= Work to complete =
Give back the entries exactly, ending with the "v 1.692 11 -15.802" line.

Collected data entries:
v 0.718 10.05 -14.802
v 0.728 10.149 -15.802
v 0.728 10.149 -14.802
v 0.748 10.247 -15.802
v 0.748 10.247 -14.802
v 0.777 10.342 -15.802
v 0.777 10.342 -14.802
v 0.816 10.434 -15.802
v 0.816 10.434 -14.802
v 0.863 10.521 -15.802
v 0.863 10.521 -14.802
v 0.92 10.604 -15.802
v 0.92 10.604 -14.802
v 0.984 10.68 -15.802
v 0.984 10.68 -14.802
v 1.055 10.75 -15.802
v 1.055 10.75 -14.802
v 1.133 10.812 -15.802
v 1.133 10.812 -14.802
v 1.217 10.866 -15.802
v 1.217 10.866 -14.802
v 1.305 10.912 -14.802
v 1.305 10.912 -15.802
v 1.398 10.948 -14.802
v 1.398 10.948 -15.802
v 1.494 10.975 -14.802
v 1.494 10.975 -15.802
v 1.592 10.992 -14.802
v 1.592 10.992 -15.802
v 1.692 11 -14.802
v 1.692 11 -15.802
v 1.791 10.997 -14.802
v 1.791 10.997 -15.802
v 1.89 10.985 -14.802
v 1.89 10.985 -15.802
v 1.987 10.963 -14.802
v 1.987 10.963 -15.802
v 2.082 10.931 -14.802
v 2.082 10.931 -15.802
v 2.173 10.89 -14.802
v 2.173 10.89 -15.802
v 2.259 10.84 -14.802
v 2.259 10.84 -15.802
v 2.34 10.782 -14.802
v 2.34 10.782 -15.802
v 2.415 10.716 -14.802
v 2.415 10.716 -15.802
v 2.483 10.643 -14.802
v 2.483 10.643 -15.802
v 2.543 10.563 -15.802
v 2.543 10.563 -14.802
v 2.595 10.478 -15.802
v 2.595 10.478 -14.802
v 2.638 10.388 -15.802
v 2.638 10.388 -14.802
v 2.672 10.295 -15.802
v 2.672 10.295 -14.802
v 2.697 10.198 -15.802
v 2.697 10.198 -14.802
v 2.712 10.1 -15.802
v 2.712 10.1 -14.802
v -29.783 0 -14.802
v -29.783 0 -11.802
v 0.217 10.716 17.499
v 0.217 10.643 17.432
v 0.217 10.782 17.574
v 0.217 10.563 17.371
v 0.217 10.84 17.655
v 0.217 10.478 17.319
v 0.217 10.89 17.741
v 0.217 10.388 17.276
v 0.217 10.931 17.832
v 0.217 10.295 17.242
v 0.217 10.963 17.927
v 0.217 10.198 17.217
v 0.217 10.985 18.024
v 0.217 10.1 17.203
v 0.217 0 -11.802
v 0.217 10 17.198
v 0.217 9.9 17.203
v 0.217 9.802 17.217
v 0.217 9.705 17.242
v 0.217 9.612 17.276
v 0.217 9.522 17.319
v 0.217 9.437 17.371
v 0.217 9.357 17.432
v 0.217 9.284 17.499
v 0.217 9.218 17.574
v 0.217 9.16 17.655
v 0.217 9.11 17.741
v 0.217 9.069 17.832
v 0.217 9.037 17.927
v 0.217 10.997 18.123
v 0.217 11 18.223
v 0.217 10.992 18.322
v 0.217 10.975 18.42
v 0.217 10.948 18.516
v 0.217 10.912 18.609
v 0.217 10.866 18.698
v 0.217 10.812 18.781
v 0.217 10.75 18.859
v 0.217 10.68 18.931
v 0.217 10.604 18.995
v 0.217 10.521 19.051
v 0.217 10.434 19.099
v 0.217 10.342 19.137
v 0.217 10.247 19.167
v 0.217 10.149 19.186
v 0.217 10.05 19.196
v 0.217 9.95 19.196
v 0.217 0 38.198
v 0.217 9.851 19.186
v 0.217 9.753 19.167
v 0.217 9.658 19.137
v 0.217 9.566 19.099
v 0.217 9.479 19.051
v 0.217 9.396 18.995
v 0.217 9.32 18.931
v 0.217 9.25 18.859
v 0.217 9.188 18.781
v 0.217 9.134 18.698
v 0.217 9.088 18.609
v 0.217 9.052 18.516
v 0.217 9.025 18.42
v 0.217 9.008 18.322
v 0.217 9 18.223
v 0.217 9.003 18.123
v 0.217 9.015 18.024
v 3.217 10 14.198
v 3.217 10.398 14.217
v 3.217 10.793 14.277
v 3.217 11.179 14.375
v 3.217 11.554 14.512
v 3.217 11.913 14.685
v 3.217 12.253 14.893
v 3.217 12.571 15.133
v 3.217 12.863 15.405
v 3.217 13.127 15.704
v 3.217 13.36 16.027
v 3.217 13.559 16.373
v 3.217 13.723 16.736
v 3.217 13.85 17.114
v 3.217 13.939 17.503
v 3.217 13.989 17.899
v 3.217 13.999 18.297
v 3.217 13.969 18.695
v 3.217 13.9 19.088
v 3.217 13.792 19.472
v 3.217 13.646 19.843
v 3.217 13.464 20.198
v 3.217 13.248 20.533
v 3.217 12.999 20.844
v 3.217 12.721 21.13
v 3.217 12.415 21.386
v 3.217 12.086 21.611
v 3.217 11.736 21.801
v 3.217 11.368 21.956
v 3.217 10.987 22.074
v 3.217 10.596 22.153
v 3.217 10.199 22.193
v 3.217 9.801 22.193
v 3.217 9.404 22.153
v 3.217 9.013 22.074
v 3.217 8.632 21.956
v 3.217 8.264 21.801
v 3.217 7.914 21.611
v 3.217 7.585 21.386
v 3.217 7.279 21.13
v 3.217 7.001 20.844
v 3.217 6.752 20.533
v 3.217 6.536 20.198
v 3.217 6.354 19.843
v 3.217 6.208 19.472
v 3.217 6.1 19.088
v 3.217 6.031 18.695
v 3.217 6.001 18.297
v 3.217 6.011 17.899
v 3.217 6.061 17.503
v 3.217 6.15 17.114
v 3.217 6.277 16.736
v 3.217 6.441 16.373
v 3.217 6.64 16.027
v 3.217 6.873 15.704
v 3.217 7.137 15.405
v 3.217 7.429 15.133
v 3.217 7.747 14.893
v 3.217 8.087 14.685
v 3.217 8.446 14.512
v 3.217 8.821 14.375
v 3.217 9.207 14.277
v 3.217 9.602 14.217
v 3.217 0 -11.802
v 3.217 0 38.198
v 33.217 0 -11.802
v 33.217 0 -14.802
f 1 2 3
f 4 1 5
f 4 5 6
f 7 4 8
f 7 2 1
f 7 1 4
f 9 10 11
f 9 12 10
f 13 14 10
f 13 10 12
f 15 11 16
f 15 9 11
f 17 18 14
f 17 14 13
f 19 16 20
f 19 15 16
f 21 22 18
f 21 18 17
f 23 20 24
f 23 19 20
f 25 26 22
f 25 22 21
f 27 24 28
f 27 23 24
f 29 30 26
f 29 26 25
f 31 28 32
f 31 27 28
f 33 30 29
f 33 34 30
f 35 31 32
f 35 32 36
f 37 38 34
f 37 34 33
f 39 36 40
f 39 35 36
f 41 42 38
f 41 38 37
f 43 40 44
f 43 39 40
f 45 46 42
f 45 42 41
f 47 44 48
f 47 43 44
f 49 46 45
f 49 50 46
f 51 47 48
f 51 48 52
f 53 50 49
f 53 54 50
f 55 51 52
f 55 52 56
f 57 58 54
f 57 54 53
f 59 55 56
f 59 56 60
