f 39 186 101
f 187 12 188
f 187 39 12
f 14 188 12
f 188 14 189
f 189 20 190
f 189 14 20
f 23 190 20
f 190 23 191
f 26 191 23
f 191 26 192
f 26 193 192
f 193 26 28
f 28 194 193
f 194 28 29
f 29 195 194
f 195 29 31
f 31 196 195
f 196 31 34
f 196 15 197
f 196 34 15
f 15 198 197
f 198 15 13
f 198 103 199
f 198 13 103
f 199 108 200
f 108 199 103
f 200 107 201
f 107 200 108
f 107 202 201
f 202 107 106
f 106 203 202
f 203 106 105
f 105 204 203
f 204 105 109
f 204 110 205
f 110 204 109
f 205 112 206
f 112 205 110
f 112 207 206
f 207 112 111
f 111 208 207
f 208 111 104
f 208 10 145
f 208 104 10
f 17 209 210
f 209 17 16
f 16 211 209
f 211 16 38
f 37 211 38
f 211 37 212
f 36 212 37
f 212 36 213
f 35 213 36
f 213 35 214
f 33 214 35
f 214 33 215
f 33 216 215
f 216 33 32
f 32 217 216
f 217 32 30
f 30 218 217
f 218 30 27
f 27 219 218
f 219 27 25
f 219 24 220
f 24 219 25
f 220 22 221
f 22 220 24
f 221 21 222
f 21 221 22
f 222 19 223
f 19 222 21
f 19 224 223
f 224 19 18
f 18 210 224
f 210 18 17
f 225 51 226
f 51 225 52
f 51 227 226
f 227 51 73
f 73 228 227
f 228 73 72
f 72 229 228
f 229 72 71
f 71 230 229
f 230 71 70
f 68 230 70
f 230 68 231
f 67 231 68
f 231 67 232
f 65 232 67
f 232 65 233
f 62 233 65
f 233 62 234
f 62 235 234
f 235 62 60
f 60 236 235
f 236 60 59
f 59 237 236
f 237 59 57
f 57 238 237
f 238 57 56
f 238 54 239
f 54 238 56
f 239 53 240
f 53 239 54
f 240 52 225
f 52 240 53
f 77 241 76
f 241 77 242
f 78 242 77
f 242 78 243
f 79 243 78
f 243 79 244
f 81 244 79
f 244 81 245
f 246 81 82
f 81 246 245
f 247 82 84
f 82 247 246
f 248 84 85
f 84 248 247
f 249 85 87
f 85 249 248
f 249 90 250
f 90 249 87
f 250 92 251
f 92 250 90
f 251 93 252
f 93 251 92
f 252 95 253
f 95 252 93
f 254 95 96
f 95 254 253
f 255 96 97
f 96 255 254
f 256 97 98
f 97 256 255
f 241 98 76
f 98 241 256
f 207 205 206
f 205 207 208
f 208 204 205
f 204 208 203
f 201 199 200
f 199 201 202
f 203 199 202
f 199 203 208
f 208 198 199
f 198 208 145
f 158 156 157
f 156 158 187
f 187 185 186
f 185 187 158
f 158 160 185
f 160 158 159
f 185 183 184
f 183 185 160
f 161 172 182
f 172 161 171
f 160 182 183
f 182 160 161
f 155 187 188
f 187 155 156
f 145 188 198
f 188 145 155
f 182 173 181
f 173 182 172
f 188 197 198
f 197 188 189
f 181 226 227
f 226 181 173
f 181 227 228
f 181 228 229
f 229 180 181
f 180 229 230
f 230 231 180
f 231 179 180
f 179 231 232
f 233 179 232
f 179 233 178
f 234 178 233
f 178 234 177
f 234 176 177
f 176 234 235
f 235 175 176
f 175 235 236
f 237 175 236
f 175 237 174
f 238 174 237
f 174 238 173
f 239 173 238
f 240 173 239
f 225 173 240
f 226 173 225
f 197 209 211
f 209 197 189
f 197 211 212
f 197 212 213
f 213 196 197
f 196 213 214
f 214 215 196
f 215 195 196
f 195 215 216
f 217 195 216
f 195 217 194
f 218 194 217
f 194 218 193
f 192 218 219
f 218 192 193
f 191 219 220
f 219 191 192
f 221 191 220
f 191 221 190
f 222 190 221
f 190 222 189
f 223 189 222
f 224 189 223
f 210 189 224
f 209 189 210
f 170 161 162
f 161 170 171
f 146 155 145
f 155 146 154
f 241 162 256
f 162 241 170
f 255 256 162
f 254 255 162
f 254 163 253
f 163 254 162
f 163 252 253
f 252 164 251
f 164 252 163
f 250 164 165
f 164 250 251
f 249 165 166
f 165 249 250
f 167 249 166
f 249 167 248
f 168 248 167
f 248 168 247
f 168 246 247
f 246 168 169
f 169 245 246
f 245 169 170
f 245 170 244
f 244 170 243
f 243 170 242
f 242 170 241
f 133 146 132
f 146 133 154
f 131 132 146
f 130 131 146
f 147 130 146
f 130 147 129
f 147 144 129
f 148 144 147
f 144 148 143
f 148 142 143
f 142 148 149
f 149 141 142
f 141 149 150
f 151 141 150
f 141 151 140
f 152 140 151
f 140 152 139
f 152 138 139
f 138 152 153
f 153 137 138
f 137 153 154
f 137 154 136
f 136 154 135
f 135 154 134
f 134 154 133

= Task answer =
v 0.718 10.05 -14.802
v 0.728 10.149 -15.802
v 0.728 10.149 -14.802
v 0.748 10.247 -15.802
v 0.748 10.247 -14.802
v 0.777 10.342 -15.802
v 0.777 10.342 -14.802
v 0.816 10.434 -15.802
v 0.816 10.434 -14.802
v 0.863 10.521 -15.802
v 0.863 10.521 -14.802
v 0.92 10.604 -15.802
v 0.92 10.604 -14.802
v 0.984 10.68 -15.802
v 0.984 10.68 -14.802
v 1.055 10.75 -15.802
v 1.055 10.75 -14.802
v 1.133 10.812 -15.802
v 1.133 10.812 -14.802
v 1.217 10.866 -15.802
v 1.217 10.866 -14.802
v 1.305 10.912 -14.802
v 1.305 10.912 -15.802
v 1.398 10.948 -14.802
v 1.398 10.948 -15.802
v 1.494 10.975 -14.802
v 1.494 10.975 -15.802
v 1.592 10.992 -14.802
v 1.592 10.992 -15.802
v 1.692 11 -14.802
v 1.692 11 -15.802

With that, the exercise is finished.